In June 2015, Ms C applied to the commission for stop bullying orders against two people connected with an organisation she volunteered for; namely, its chairperson and its lawyer. 

The application was dismissed in September of that year, following which the organisation applied for costs against Ms C. It claimed she made the application either vexatiously or without reasonable cause and without reasonable prospects of success.

Ms C was accused of making the application to distract from the organisation’s investigation into its board of directors (Ms C included) and to limit the services rendered by its lawyer.

A matter of discretion for the Commission


Senior deputy president Hamberger noted that under s611 of the Fair Work Act 2009, each party bears its own costs in proceedings but that subsections (2) (a) and (b) empowers the commission to order an applicant to bear some or all of the other party’s costs if the application was made vexatiously or without reasonable cause, or without reasonable prospects of success.  
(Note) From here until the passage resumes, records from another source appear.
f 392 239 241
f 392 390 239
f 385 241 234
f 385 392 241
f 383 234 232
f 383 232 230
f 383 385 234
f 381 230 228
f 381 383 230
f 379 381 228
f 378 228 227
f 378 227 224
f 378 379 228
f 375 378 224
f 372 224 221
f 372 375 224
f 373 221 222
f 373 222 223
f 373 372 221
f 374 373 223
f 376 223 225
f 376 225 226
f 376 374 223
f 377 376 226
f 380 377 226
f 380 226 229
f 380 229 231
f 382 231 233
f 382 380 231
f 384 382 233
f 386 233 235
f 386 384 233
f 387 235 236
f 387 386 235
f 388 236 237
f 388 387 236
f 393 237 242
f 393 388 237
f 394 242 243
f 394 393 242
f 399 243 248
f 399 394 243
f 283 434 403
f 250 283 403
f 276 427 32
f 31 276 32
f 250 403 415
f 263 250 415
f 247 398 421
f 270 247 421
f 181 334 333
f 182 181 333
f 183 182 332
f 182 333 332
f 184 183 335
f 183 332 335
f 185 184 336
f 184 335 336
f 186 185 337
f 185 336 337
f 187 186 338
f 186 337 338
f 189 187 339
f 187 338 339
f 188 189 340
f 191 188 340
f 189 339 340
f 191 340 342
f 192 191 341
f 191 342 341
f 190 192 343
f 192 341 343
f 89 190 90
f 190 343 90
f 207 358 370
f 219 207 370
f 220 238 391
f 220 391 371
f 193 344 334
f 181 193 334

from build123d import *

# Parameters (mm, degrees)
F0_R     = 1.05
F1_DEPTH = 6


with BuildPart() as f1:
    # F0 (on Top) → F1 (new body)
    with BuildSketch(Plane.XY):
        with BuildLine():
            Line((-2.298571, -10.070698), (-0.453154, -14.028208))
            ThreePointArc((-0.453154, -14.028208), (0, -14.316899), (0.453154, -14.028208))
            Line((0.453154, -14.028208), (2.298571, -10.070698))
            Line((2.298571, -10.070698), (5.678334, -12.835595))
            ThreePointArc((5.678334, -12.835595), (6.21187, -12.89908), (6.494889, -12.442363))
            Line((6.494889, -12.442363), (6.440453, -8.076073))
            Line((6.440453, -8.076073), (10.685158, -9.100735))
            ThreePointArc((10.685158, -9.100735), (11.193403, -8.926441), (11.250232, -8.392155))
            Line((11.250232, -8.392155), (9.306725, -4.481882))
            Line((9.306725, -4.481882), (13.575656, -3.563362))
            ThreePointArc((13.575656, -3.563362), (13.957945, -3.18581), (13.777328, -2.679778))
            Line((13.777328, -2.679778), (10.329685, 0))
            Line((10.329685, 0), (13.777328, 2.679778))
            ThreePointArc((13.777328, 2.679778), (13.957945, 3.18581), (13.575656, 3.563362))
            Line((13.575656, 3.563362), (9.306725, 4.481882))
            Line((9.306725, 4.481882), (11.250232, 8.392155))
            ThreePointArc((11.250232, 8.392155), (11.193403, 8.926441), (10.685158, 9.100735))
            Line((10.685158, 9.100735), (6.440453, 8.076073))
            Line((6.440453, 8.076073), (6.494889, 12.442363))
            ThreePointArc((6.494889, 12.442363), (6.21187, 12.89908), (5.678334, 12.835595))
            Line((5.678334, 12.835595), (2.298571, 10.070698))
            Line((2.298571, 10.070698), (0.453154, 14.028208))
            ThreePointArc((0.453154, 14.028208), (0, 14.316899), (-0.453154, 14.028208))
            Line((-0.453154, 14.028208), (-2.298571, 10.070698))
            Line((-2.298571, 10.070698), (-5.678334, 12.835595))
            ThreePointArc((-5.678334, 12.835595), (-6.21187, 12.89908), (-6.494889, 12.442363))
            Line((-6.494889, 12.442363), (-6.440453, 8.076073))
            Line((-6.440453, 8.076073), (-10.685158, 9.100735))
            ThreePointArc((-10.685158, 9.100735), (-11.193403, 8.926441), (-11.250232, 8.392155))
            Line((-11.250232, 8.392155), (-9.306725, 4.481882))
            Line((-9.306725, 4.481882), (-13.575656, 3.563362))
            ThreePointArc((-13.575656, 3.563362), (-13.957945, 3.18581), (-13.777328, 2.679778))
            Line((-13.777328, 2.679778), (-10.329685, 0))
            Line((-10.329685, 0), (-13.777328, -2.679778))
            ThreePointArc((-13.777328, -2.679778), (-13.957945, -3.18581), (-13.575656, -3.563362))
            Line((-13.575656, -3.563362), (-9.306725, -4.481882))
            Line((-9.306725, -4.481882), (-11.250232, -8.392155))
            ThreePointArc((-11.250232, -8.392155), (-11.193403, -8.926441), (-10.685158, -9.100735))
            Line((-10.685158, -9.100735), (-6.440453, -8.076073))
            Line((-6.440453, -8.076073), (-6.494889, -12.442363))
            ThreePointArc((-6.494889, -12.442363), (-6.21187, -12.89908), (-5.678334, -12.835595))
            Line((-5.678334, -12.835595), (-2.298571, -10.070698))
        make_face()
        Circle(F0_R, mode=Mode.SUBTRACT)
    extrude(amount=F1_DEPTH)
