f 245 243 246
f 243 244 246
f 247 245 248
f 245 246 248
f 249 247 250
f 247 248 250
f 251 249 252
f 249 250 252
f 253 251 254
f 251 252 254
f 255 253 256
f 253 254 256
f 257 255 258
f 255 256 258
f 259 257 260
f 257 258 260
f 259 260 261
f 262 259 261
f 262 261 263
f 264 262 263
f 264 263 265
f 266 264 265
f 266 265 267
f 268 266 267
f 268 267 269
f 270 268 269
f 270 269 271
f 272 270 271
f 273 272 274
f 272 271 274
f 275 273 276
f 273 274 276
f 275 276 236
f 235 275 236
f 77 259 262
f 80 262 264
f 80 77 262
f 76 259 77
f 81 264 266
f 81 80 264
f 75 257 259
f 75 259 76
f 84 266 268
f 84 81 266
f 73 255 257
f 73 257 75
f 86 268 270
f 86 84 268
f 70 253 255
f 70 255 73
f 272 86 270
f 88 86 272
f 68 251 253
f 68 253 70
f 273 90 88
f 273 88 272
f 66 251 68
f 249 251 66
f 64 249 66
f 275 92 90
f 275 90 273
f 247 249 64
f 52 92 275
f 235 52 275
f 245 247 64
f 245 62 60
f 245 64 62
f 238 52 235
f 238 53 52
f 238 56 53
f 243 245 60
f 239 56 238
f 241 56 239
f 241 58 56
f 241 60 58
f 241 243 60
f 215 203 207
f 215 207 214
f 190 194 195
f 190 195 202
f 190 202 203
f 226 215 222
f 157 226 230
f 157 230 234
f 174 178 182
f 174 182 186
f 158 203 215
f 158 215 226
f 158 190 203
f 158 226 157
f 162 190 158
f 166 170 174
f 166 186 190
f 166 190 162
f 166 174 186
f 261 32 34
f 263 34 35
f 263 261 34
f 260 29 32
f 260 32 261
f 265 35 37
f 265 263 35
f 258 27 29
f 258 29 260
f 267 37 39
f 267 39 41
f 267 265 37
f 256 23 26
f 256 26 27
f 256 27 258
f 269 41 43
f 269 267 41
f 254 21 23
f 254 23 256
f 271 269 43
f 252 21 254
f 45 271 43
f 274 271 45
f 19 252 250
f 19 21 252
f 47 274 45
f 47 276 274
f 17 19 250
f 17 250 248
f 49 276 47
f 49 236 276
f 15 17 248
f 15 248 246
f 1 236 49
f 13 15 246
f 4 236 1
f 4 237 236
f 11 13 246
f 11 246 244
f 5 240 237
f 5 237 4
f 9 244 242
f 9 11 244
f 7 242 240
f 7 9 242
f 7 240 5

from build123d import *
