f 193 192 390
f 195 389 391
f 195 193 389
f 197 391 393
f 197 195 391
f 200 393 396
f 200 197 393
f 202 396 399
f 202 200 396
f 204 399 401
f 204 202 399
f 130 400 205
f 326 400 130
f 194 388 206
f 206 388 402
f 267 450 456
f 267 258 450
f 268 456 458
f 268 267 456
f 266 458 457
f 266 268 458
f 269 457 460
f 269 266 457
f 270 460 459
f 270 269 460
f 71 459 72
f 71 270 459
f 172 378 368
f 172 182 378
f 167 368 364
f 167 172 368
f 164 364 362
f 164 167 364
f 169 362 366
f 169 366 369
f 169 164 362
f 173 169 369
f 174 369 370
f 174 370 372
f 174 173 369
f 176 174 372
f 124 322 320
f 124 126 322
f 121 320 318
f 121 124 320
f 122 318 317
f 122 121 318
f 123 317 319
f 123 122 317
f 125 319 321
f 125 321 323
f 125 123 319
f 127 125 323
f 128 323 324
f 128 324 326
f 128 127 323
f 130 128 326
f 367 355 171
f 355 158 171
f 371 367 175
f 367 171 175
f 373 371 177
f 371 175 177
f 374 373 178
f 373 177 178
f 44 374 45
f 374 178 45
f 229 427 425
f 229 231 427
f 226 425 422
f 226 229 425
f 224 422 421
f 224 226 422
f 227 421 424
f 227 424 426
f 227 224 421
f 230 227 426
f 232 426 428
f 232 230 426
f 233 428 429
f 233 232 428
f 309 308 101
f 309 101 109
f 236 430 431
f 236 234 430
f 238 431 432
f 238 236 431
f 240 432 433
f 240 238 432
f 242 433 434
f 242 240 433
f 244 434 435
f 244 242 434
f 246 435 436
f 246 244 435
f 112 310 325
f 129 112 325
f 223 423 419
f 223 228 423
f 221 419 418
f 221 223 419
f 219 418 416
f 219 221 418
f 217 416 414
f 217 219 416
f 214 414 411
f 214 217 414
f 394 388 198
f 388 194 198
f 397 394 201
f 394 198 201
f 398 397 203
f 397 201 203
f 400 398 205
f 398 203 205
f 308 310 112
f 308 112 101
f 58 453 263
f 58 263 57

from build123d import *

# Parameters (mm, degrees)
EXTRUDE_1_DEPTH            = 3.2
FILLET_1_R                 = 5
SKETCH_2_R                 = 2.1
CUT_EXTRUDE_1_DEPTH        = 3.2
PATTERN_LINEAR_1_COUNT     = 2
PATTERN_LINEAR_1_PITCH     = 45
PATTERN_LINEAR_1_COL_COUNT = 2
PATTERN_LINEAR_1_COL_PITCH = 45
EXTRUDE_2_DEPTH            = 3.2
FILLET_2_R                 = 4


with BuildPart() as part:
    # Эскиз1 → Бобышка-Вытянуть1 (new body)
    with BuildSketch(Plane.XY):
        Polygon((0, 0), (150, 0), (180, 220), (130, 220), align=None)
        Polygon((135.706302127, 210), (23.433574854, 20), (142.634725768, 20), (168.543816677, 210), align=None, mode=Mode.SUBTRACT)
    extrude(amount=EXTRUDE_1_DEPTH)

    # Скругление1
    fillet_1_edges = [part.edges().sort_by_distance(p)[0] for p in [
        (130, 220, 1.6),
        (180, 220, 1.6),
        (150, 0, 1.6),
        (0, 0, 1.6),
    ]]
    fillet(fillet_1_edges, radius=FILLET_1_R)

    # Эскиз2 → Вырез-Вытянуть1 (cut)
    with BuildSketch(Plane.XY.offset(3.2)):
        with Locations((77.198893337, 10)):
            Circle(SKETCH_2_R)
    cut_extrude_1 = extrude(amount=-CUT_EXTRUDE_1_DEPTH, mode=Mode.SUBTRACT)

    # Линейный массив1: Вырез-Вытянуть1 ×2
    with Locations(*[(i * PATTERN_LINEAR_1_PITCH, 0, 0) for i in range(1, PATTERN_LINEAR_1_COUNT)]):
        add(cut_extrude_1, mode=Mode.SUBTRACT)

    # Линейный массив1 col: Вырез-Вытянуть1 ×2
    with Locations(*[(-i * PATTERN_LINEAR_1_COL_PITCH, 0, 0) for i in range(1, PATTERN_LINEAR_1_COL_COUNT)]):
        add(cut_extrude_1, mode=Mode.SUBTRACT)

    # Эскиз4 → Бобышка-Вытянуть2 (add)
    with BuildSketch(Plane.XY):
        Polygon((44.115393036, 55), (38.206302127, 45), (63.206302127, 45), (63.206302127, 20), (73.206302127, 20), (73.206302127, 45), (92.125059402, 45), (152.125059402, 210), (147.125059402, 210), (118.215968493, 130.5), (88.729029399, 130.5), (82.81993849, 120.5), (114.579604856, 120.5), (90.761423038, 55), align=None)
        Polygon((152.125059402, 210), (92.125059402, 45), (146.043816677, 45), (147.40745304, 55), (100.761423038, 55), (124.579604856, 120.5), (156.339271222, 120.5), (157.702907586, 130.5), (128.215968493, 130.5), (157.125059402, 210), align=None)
However, SDP Hamberger also noted that even if one of these subsections is satisfied, the commission is not obliged to order costs. He added: “It is a discretionary decision. The power to award costs... is to be exercised with caution and only in a clear case.” 

He rejected the submission that Ms C’s application had been vexatiously or without reasonable cause, and found no evidence to suggest Ms C did not genuinely feel she was being bullied.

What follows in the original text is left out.